START Listed entries

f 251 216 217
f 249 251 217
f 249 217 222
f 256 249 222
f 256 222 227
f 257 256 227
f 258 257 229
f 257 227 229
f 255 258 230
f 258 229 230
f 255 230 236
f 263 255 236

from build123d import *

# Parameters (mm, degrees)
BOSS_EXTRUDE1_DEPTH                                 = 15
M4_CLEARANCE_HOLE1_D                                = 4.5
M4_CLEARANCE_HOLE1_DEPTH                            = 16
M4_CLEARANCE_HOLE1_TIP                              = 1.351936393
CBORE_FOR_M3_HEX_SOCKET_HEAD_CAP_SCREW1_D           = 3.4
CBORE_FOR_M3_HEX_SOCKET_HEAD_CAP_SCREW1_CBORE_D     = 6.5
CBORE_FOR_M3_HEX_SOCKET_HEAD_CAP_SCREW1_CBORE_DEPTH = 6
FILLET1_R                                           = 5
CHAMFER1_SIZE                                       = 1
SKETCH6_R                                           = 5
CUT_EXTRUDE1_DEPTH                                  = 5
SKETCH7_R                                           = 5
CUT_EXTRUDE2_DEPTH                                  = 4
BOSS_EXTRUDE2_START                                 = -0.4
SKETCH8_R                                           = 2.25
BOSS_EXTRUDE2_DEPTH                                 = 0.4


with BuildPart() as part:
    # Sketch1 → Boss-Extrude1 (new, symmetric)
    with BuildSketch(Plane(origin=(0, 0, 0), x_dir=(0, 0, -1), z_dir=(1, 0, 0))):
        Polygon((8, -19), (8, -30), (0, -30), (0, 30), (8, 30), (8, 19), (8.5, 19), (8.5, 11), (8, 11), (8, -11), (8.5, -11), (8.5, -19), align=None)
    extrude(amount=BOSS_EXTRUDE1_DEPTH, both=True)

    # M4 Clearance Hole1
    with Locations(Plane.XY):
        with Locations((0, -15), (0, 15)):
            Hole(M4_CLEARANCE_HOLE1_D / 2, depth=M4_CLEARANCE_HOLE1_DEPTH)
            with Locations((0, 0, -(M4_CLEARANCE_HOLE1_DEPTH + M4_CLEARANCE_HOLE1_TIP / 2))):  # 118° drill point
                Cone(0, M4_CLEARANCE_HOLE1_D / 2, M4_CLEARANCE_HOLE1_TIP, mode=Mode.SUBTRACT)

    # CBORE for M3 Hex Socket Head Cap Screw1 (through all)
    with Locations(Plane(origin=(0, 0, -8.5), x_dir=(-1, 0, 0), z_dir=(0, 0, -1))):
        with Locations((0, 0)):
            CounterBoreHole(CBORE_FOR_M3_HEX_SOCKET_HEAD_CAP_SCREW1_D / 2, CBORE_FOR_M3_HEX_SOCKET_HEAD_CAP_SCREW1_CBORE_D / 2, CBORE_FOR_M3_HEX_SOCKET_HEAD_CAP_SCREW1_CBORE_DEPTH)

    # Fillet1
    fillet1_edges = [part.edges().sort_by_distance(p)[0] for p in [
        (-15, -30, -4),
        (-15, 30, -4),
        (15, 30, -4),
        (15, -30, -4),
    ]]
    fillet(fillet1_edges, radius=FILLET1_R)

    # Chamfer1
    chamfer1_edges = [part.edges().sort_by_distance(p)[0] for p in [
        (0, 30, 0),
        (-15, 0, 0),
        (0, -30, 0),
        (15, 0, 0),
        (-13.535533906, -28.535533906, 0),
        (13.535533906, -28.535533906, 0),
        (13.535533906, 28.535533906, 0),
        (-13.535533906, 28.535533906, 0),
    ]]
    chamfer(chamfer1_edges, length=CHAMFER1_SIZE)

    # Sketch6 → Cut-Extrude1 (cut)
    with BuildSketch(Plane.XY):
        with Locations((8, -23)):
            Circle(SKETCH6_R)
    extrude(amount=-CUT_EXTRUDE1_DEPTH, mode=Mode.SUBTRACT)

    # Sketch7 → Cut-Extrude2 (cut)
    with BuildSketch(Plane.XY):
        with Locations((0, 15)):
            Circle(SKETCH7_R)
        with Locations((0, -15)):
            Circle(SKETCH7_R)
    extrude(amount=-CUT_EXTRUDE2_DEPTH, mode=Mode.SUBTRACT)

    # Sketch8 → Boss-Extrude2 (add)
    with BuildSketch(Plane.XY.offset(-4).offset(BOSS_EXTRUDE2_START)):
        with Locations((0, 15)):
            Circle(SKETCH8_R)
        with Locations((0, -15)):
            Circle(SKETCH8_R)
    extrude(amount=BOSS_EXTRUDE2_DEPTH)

END Listed entries

▸ **Exercise brief**: Your job is to give the data above again exactly, in full.

▸ **Result of the exercise**:
f 251 216 217
f 249 251 217
f 249 217 222
f 256 249 222
f 256 222 227
f 257 256 227
f 258 257 229
f 257 227 229
f 255 258 230
f 258 229 230
f 255 230 236
f 263 255 236

from build123d import *

# Parameters (mm, degrees)
BOSS_EXTRUDE1_DEPTH                                 = 15
M4_CLEARANCE_HOLE1_D                                = 4.5
M4_CLEARANCE_HOLE1_DEPTH                            = 16
M4_CLEARANCE_HOLE1_TIP                              = 1.351936393
CBORE_FOR_M3_HEX_SOCKET_HEAD_CAP_SCREW1_D           = 3.4
CBORE_FOR_M3_HEX_SOCKET_HEAD_CAP_SCREW1_CBORE_D     = 6.5
CBORE_FOR_M3_HEX_SOCKET_HEAD_CAP_SCREW1_CBORE_DEPTH = 6
FILLET1_R                                           = 5
CHAMFER1_SIZE                                       = 1
SKETCH6_R                                           = 5
CUT_EXTRUDE1_DEPTH                                  = 5
SKETCH7_R                                           = 5
CUT_EXTRUDE2_DEPTH                                  = 4
BOSS_EXTRUDE2_START                                 = -0.4
SKETCH8_R                                           = 2.25
BOSS_EXTRUDE2_DEPTH                                 = 0.4


with BuildPart() as part:
    # Sketch1 → Boss-Extrude1 (new, symmetric)
    with BuildSketch(Plane(origin=(0, 0, 0), x_dir=(0, 0, -1), z_dir=(1, 0, 0))):
        Polygon((8, -19), (8, -30), (0, -30), (0, 30), (8, 30), (8, 19), (8.5, 19), (8.5, 11), (8, 11), (8, -11), (8.5, -11), (8.5, -19), align=None)
    extrude(amount=BOSS_EXTRUDE1_DEPTH, both=True)

    # M4 Clearance Hole1
    with Locations(Plane.XY):
        with Locations((0, -15), (0, 15)):
            Hole(M4_CLEARANCE_HOLE1_D / 2, depth=M4_CLEARANCE_HOLE1_DEPTH)
            with Locations((0, 0, -(M4_CLEARANCE_HOLE1_DEPTH + M4_CLEARANCE_HOLE1_TIP / 2))):  # 118° drill point
                Cone(0, M4_CLEARANCE_HOLE1_D / 2, M4_CLEARANCE_HOLE1_TIP, mode=Mode.SUBTRACT)

    # CBORE for M3 Hex Socket Head Cap Screw1 (through all)
    with Locations(Plane(origin=(0, 0, -8.5), x_dir=(-1, 0, 0), z_dir=(0, 0, -1))):
        with Locations((0, 0)):
            CounterBoreHole(CBORE_FOR_M3_HEX_SOCKET_HEAD_CAP_SCREW1_D / 2, CBORE_FOR_M3_HEX_SOCKET_HEAD_CAP_SCREW1_CBORE_D / 2, CBORE_FOR_M3_HEX_SOCKET_HEAD_CAP_SCREW1_CBORE_DEPTH)

    # Fillet1
    fillet1_edges = [part.edges().sort_by_distance(p)[0] for p in [
        (-15, -30, -4),
        (-15, 30, -4),
        (15, 30, -4),
        (15, -30, -4),
    ]]
    fillet(fillet1_edges, radius=FILLET1_R)

    # Chamfer1
    chamfer1_edges = [part.edges().sort_by_distance(p)[0] for p in [
        (0, 30, 0),
        (-15, 0, 0),
        (0, -30, 0),
        (15, 0, 0),
        (-13.535533906, -28.535533906, 0),
        (13.535533906, -28.535533906, 0),
        (13.535533906, 28.535533906, 0),
        (-13.535533906, 28.535533906, 0),
    ]]
    chamfer(chamfer1_edges, length=CHAMFER1_SIZE)

    # Sketch6 → Cut-Extrude1 (cut)
    with BuildSketch(Plane.XY):
        with Locations((8, -23)):
            Circle(SKETCH6_R)
    extrude(amount=-CUT_EXTRUDE1_DEPTH, mode=Mode.SUBTRACT)

    # Sketch7 → Cut-Extrude2 (cut)
    with BuildSketch(Plane.XY):
        with Locations((0, 15)):
            Circle(SKETCH7_R)
        with Locations((0, -15)):
            Circle(SKETCH7_R)
    extrude(amount=-CUT_EXTRUDE2_DEPTH, mode=Mode.SUBTRACT)

    # Sketch8 → Boss-Extrude2 (add)
    with BuildSketch(Plane.XY.offset(-4).offset(BOSS_EXTRUDE2_START)):
        with Locations((0, 15)):
            Circle(SKETCH8_R)
        with Locations((0, -15)):
            Circle(SKETCH8_R)
    extrude(amount=BOSS_EXTRUDE2_DEPTH)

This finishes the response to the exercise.